The UC Berkeley Center for Future Urban Transport was established in 2004 after the Volvo Research and Educational Foundations designated it as a Volvo Center of Excellence in a competition involving a large field of international candidates. It is housed at the Institute of Transportation Studies at the University of California, Berkeley, and its director is Carlos Daganzo, Professor of Civil and Environmental Engineering.
The Center's mission is to study the mutual interdependence of urban transportation policy and technology and use the understanding of that concept to devise sustainable transportation strategies for the world's cities.
It addresses this undertaking on three levels:
- strategic, so that the research is guided by a city's vision of its own future;
- tactical, where policies are tailored for specific environments; and
- operational, where technologies are developed and the results fed back into tactical-level decisions.
The Center's research is divided into five research areas:
- Mobility & Accessibility
- Adapting to Urban Form
- Telework Solutions
- Congestion Mitigation
- Wireless Infrastructure
Residential Relocation and Commuting Behavior in Shanghai, China: The Case for Transit Oriented Development
This paper examines the effects of residential relocation to Shanghai’s suburbs on job accessibility and commuting, focusing on the influences of proximity to metrorail services and neighborhood environments on commute behavior and choices. The policy implications of the research findings on the planning and design of suburban communities in large cities like Shanghai are addressed in the conclusion. Our research suggests that TOD has a potentially important role to play in placing China’s large, rail-served cities on a more sustainable pathway.
Evaluation of Traffic Data Obtained via GPS-Enabled Mobile Phones: the Mobile Century Field Experiment
The growing need of the driving public for accurate traffic information has spurred the deployment of large scale dedicated monitoring infrastructure systems, which mainly consist in the use of inductive loop detectors and video cameras. On-board electronic devices have been proposed as an alternative traffic sensing infrastructure, as they usually provide a cost-effective way to collect traffic data, leveraging existing communication infrastructure such as the cellular phone network. A traffic monitoring system based on GPS-enabled smartphones exploits the extensive coverage provided by the cellular network, the high accuracy in position and velocity measurements provided by GPS devices, and the existing infrastructure of the communication network. This article presents a field experiment nicknamed Mobile Century, which was conceived as a proof of concept of such a system. Mobile Century included 100 vehicles carrying a GPS-enabled Nokia N95 phone driving loops on a 10-mile stretch of I-880 near Union City, California, for 8 hours. Data were collected using virtual trip lines, which are geographical markers stored in the handset that probabilistically trigger position and speed updates when the handset crosses them. The proposed prototype system provided sufficient data for traffic monitoring purposes while managing the privacy of participants. The data obtained in the experiment were processed in real-time and successfully broadcast on the internet, demonstrating the feasibility of the proposed system for real-time traffic monitoring. Results suggest that a 2-3% penetration of cell phones in the driver population is enough to provide accurate measurements of the velocity of the traffic flow.
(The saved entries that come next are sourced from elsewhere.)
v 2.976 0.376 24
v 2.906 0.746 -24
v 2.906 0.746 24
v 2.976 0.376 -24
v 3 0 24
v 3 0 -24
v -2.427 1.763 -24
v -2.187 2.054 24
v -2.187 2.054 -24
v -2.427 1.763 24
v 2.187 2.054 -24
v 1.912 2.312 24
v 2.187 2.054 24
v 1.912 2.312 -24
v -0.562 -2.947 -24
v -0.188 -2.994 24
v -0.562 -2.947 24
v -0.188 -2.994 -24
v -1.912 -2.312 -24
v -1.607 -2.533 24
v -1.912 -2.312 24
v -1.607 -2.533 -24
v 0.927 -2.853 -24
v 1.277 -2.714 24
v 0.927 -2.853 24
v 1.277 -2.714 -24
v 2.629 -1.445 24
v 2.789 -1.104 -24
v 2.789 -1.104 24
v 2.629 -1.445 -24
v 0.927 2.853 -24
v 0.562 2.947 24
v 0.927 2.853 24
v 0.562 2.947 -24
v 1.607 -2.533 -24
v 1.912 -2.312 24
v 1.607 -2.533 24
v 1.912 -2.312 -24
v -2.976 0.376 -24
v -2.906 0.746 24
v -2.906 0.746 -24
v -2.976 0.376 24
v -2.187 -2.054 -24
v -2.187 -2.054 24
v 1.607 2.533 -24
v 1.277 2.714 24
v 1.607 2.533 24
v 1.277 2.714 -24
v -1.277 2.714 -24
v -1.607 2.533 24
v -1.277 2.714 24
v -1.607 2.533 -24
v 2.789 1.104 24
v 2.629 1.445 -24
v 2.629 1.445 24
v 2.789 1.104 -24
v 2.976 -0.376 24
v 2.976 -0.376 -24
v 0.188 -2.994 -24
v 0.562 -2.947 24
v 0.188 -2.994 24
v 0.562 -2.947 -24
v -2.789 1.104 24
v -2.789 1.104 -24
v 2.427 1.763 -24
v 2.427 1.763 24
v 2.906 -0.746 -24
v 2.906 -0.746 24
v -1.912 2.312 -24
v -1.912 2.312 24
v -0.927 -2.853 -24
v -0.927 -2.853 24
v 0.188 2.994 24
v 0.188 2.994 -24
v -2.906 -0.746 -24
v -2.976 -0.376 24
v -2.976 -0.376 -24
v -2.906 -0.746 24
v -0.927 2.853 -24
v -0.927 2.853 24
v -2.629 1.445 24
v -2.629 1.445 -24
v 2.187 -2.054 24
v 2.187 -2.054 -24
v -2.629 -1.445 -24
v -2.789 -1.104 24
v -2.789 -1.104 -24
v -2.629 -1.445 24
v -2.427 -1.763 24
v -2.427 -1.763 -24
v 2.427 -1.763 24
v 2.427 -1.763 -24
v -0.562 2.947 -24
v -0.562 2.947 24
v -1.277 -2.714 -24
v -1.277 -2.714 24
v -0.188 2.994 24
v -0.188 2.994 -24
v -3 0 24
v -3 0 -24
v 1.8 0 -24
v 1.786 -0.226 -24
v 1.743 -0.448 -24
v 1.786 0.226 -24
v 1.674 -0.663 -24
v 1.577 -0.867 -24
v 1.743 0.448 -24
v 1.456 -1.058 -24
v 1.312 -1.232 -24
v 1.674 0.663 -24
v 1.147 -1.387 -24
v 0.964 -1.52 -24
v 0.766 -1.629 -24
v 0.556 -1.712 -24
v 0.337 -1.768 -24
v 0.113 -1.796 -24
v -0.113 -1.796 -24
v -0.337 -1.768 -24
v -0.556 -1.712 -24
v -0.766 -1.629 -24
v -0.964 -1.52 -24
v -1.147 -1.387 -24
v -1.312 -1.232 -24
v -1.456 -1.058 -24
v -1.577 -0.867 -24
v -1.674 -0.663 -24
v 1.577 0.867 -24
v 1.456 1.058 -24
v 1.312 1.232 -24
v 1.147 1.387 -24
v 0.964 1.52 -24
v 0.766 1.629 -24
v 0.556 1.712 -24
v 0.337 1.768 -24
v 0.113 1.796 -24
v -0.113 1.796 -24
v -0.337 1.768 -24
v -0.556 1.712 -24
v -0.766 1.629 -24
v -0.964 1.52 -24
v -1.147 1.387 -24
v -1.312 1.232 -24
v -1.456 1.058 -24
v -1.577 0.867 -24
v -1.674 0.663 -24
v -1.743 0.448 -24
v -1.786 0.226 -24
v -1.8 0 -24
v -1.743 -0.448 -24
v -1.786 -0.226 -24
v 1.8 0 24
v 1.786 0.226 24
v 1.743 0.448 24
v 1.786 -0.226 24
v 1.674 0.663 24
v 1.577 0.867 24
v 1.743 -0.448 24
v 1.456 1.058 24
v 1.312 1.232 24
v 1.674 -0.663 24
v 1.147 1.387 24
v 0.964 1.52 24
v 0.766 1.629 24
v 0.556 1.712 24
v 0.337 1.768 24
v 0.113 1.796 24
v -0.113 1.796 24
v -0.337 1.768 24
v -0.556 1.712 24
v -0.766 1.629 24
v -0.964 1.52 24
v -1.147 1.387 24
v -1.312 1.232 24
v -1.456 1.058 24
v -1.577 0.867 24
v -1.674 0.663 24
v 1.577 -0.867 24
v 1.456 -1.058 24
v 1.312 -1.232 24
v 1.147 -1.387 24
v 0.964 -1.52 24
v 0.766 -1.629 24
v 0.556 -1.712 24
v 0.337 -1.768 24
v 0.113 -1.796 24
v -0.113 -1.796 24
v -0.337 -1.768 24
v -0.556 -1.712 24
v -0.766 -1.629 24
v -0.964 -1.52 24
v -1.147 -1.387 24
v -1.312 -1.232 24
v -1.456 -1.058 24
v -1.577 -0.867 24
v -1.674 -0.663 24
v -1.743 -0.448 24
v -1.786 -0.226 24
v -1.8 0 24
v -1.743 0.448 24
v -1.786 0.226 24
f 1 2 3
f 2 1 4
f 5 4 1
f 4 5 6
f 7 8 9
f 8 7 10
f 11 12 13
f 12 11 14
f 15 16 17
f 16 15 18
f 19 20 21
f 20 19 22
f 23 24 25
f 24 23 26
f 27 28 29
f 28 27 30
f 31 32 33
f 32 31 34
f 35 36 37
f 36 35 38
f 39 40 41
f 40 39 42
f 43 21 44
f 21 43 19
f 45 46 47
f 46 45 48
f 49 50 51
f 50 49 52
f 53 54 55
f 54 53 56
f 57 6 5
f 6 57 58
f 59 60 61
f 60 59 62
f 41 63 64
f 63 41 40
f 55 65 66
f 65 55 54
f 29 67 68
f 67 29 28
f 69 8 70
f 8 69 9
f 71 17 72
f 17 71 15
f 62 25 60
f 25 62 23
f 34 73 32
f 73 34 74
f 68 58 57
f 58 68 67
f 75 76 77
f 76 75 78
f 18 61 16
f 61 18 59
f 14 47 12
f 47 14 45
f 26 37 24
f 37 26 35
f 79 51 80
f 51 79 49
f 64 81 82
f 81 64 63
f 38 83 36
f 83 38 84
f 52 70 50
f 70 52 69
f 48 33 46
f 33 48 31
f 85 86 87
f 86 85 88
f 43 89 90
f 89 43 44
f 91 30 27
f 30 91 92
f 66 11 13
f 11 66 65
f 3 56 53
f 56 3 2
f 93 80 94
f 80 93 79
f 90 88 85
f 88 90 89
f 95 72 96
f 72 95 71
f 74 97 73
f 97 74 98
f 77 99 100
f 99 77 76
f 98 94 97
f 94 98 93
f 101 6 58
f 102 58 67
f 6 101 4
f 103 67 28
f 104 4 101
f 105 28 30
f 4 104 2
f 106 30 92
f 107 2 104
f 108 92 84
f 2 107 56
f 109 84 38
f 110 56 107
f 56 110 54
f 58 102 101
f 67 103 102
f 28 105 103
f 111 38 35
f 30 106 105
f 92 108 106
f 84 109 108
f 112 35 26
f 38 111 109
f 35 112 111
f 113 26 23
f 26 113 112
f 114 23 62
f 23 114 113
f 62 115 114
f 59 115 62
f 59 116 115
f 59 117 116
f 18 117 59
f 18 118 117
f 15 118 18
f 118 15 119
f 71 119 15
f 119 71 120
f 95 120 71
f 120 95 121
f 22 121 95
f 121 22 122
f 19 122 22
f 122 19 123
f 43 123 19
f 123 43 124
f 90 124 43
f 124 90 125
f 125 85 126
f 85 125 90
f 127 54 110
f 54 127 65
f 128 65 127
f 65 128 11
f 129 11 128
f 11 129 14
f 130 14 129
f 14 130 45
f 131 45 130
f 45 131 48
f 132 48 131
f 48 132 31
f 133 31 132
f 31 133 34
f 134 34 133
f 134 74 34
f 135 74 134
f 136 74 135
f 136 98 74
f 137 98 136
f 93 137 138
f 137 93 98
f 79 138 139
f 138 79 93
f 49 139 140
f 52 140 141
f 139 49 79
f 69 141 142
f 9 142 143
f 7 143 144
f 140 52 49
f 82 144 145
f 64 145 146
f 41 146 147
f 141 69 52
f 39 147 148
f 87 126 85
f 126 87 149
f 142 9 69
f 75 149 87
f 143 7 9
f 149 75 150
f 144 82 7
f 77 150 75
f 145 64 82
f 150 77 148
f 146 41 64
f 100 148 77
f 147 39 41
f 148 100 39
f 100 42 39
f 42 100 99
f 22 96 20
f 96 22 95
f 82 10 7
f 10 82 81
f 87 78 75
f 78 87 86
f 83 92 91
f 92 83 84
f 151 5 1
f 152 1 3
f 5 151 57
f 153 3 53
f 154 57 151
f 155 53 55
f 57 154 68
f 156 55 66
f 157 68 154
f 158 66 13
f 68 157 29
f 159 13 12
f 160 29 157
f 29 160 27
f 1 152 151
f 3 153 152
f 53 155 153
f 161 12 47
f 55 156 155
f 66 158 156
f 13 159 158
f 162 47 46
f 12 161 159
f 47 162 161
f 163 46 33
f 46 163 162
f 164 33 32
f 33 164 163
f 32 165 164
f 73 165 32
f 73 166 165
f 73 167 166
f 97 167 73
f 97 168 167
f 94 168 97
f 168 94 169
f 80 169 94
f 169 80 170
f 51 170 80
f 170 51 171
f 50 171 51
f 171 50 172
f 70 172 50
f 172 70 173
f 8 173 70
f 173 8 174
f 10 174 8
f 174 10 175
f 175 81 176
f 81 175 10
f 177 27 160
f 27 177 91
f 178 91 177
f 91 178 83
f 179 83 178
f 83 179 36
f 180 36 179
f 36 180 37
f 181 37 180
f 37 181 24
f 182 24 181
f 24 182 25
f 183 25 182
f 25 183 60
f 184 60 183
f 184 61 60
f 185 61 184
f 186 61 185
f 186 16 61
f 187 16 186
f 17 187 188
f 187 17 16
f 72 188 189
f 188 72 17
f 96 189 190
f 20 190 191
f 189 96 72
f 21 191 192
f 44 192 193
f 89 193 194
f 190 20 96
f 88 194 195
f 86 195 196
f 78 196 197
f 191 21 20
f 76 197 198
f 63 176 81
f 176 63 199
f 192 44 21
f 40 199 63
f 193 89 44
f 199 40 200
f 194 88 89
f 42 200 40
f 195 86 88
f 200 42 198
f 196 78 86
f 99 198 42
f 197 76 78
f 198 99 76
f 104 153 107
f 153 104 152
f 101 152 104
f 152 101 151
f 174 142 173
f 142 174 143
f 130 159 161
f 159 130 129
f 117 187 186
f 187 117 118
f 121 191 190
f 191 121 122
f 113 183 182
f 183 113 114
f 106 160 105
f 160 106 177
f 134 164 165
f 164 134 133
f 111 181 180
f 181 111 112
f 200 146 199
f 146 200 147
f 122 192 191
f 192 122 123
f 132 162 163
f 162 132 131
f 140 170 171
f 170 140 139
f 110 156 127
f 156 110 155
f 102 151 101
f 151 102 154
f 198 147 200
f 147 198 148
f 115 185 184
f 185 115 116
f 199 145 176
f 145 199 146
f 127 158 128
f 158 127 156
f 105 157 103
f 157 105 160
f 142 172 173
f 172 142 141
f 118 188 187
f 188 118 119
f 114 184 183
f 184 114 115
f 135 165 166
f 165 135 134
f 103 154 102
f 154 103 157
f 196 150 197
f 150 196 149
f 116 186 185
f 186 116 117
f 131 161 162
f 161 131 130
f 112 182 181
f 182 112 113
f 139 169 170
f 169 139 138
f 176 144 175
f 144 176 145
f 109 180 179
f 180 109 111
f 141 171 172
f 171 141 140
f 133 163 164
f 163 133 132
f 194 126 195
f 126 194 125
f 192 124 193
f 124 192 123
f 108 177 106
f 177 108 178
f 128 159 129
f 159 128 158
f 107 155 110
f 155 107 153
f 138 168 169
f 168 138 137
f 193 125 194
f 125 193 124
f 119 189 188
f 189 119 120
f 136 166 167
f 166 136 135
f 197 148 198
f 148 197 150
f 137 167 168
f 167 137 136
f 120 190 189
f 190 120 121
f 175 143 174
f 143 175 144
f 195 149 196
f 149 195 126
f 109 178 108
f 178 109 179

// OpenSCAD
$fn = 50;


difference() {
	union() {
		translate(v = [0, 0, -24.0000000000]) {
			cylinder(h = 48, r = 3.0000000000);
		}
	}
	union() {
		#translate(v = [0, 0, -100.0000000000]) {
			cylinder(h = 200, r = 1.8000000000);
		}
	}
}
This paper describes the network shapes and operating characteristics that allow a transit system to deliver a level of service competitive with that of the automobile. To provide exhaustive results for service regions of different sizes and demographics, the paper idealizes these regions as squares, and their possible networks with a broad and realistic family that combines the grid and the hub-and-spoke concepts. The paper also shows how to use these results to generate master plans for transit systems of real cities.
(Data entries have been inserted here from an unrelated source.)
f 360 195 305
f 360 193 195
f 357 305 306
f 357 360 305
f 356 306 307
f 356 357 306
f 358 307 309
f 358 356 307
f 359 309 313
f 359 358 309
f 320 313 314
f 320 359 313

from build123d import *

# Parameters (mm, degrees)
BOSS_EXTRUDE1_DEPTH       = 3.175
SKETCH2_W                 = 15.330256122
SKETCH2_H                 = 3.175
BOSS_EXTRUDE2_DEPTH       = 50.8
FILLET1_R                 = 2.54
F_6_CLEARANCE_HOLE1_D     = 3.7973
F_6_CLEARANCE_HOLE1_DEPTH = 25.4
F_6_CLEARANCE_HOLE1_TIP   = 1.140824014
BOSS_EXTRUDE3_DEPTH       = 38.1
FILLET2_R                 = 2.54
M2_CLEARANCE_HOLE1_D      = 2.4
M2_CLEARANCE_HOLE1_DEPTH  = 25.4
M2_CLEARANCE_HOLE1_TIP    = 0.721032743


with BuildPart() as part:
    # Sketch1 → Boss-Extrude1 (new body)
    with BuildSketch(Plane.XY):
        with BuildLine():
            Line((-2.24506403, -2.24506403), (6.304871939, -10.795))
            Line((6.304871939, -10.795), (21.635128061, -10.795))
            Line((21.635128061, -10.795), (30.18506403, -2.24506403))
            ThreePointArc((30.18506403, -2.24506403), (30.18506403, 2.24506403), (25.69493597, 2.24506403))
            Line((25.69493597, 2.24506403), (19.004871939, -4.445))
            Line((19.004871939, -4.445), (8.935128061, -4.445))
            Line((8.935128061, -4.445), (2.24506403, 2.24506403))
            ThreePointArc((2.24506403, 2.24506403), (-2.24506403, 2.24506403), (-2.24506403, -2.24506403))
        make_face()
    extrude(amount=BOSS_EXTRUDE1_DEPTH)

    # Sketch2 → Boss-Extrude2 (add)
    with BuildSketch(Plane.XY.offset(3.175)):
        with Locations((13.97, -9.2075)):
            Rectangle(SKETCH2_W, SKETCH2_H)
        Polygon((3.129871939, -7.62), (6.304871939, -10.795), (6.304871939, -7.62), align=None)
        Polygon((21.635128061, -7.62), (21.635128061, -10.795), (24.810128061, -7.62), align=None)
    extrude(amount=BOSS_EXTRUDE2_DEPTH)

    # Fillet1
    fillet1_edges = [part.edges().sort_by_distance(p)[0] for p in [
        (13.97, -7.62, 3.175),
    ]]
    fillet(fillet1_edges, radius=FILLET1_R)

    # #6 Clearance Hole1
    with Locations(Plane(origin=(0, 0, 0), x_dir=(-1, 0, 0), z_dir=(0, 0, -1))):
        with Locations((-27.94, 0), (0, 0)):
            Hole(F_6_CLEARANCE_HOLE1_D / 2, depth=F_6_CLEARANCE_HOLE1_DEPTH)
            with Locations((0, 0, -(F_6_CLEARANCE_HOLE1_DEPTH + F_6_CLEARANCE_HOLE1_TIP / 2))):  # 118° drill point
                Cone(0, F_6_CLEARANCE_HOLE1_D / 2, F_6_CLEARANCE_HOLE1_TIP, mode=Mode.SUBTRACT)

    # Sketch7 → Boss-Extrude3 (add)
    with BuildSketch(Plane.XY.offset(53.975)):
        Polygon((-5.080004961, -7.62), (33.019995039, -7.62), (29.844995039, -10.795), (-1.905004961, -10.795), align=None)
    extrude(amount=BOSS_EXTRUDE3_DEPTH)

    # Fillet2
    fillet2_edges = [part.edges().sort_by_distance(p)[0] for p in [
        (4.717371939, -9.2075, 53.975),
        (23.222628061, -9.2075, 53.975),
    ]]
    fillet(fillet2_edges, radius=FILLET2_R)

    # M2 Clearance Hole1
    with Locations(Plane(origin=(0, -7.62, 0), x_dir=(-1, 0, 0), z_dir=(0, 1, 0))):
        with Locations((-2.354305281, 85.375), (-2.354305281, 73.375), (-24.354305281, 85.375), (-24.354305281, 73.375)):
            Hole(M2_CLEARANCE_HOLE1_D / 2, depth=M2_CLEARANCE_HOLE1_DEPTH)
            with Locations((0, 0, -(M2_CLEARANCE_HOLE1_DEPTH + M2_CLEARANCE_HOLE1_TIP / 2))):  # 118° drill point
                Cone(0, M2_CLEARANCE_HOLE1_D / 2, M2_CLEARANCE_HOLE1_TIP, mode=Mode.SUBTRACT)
The analysis reveals which network structure and technology (Bus, BRT or Metro) delivers the desired performance with the least cost. It is found that the more expensive the system’s infrastructure the more it should tilt toward the hub-and-spoke concept. Both, Bus and BRT systems outperform Metro, even for large dense cities. And BRT competes effectively with the automobile unless a city is big and its demand low. Agency costs are always small compared with user costs; and both decline with the demand density. In all cases, increasing the spatial concentration of stops beyond a critical level increases both, the user and agency costs. Too much spatial coverage is counterproductive.